Precautions on using Spark 3.1.1

  • Use Spark 3.1.1 to submit jobs

    Submit a job in a Yarn cluster. For more information, see Cluster mode.

  • Changes in using Spark 3.1.1

    • If you submit jobs in a Yarn cluster, you must specify HADOOP_CONF_DIR=$SPARK_HOME/conf to add the SPARK_HOME environment variable.

    • If you submit PySpark jobs in a Yarn cluster, you must add the following configurations to the spark-defaults.conf file to use Spark for Python 3.

      spark.hadoop.odps.cupid.resources = public.python-3.7.9-ucs4.tar.gz
      spark.pyspark.python = ./public.python-3.7.9-ucs4.tar.gz/python-3.7.9-ucs4/bin/python3
    • If you perform debugging in local mode:

      • You must create an odps.conf file in the $SPARK_HOME/conf directory and add the following configurations to the file:

        odps.project.name = 
        odps.access.id = 
        odps.access.key =
        odps.end.point =
      • You must add spark.hadoop.fs.defaultFS = file:///. Sample code:

        val spark = SparkSession
          .builder()
          .config("spark.hadoop.fs.defaultFS", "file:///")
          .enableHiveSupport()
          .getOrCreate()
  • Changes in the parameter settings of Spark 3.1.1

    • spark.sql.defaultCatalog: This parameter is set to odps.
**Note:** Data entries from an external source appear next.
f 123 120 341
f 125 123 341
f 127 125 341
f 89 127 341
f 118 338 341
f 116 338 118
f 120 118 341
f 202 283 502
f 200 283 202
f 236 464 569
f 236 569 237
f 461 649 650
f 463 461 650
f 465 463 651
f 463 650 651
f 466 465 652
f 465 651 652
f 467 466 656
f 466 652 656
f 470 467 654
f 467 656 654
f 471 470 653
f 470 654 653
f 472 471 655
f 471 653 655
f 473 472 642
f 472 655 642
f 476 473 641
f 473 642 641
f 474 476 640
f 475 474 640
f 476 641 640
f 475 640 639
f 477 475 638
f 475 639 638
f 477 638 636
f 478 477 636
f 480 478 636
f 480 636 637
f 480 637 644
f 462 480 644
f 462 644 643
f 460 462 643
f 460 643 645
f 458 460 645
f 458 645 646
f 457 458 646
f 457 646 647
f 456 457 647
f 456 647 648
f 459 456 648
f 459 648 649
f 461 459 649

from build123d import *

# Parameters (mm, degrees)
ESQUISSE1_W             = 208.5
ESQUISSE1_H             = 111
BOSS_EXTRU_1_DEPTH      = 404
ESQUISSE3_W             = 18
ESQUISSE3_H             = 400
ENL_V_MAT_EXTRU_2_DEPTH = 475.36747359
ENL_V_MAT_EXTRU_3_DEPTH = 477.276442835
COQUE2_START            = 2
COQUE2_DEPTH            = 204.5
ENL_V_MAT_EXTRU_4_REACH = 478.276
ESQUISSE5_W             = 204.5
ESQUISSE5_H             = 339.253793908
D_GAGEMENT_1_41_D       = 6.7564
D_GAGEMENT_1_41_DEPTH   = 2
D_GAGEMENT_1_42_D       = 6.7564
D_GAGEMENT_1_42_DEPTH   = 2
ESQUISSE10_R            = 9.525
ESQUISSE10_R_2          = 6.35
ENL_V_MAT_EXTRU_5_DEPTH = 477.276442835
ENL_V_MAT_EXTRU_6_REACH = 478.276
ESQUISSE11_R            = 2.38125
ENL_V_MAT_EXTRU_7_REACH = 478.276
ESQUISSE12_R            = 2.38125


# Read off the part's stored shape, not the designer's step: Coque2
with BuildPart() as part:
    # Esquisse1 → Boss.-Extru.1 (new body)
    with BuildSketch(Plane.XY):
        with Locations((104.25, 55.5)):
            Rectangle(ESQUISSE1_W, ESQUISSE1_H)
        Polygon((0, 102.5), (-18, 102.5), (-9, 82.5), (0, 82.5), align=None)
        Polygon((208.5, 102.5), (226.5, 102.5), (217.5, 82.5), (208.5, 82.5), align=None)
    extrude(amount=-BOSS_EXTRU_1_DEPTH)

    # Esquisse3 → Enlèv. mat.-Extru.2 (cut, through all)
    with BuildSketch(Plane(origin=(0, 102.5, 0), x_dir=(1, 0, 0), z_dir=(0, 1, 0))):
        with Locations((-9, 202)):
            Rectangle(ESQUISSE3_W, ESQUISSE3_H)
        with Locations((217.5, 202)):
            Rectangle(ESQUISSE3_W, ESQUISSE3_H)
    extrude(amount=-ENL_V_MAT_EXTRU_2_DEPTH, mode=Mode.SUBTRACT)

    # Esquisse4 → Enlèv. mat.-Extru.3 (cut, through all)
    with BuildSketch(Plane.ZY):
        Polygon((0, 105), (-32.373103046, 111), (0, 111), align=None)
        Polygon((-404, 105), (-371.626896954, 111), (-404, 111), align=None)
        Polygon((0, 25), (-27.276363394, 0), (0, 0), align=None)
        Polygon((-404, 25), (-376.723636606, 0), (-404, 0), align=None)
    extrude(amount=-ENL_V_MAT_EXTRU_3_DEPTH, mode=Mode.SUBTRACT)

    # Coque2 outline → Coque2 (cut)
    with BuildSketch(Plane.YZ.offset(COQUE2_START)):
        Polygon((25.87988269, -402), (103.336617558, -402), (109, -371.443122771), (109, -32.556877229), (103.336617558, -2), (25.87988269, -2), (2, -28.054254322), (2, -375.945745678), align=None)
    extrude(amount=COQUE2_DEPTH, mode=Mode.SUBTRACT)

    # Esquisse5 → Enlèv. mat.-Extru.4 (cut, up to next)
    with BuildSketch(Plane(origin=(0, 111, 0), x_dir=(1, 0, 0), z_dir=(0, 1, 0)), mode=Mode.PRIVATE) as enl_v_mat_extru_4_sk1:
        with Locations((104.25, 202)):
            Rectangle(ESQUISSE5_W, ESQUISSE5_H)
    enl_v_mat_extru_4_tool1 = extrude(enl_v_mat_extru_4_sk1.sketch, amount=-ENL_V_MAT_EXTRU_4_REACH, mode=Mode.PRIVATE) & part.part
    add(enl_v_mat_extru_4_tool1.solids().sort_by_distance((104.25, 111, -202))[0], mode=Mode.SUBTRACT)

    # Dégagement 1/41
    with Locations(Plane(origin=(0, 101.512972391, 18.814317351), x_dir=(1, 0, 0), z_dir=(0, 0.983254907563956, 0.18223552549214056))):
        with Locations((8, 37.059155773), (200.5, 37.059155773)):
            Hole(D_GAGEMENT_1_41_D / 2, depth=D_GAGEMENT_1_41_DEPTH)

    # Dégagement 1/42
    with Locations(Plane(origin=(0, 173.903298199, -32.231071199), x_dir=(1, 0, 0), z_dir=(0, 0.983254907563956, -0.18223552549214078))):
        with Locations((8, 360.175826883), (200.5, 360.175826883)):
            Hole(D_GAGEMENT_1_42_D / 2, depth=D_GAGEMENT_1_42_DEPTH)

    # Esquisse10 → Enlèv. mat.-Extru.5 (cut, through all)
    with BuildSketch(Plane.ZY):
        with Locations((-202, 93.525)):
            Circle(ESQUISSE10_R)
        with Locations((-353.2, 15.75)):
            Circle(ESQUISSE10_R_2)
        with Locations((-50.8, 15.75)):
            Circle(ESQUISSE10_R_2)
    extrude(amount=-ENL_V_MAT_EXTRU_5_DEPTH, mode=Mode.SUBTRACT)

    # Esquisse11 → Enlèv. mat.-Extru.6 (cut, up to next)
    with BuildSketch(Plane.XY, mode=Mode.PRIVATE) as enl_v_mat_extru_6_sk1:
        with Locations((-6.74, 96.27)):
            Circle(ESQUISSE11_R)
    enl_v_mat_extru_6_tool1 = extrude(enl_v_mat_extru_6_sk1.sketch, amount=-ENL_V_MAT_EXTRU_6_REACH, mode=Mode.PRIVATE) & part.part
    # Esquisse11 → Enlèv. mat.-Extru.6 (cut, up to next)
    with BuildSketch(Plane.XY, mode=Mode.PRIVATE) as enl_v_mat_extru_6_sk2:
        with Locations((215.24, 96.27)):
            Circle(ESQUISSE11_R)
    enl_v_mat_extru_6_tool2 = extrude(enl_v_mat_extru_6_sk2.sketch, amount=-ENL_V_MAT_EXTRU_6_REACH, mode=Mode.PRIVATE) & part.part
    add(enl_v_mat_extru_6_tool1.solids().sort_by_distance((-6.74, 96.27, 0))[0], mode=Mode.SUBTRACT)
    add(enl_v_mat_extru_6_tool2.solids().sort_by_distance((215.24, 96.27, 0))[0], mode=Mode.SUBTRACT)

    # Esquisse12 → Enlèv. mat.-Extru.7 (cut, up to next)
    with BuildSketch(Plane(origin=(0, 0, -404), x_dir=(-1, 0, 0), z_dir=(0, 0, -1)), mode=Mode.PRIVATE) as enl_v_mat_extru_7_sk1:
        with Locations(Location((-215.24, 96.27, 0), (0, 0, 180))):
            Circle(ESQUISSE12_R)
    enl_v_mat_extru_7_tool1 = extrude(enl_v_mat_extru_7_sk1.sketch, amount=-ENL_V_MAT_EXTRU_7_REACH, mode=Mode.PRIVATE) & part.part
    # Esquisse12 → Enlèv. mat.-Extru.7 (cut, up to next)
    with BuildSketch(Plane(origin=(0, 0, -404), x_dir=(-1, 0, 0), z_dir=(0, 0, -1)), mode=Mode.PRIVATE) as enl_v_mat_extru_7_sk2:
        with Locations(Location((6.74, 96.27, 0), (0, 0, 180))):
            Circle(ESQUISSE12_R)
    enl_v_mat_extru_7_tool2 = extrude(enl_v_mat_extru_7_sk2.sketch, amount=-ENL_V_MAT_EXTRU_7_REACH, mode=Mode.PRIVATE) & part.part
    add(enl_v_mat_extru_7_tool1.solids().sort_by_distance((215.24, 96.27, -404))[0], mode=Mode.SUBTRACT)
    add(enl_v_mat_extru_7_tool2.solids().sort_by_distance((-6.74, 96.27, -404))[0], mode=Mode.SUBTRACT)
    • spark.sql.catalog.odps: This parameter is set to org.apache.spark.sql.execution.datasources.v2.odps.OdpsTableCatalog.
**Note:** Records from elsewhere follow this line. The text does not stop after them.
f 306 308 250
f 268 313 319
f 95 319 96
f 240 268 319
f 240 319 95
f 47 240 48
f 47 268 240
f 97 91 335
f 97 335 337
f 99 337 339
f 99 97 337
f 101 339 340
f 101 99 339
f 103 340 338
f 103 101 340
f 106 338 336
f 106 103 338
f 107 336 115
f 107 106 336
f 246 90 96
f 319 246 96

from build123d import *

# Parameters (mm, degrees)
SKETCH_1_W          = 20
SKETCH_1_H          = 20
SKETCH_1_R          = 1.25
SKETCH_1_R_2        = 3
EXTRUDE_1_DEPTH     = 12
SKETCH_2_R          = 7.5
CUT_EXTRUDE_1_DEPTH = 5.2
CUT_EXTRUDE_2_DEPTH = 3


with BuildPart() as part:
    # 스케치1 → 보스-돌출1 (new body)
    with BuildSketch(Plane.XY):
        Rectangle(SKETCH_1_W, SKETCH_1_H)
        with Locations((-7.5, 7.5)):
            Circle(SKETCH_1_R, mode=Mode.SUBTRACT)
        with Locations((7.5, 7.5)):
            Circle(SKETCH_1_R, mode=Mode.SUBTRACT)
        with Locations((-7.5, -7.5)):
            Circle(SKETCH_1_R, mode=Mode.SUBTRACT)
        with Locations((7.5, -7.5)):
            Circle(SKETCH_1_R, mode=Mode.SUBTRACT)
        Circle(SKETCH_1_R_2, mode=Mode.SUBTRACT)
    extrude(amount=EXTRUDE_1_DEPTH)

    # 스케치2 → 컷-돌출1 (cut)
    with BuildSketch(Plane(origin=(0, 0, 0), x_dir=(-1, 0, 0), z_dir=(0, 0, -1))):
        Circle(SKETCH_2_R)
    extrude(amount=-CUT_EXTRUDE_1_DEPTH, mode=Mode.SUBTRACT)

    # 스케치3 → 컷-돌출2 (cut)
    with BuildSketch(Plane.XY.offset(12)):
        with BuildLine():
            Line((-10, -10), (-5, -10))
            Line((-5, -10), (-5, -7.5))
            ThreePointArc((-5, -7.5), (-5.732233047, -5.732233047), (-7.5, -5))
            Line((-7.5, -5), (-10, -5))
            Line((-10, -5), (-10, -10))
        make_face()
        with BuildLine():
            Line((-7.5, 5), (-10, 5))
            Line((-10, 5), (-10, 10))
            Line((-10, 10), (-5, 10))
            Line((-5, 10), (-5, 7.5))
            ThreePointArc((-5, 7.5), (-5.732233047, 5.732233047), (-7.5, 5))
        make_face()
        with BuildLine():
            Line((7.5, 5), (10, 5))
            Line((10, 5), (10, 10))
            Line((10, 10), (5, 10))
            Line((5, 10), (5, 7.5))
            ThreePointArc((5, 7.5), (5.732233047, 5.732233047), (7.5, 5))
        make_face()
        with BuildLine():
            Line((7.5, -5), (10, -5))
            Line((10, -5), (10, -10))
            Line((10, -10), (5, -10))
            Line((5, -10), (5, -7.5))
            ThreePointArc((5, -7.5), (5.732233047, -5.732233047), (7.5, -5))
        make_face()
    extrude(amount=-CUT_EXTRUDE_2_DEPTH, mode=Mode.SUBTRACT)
    • spark.sql.sources.partitionOverwriteMode: This parameter is set to dynamic.

    • spark.sql.extensions: This parameter is set to org.apache.spark.sql.execution.datasources.v2.odps.extension.OdpsExtensions.

    • spark.sql.odps.enableVectorizedReader: specifies whether to enable the vectorized reader. Default value: True.

    • spark.sql.odps.enableVectorizedWriter: specifies whether to enable the vectorized writer. Default value: True.

    • spark.sql.catalog.odps.splitSizeInMB: This parameter can be used to adjust the concurrency of data reading operations on MaxCompute tables. By default, this parameter is set to 256 for each partition. Unit: MB.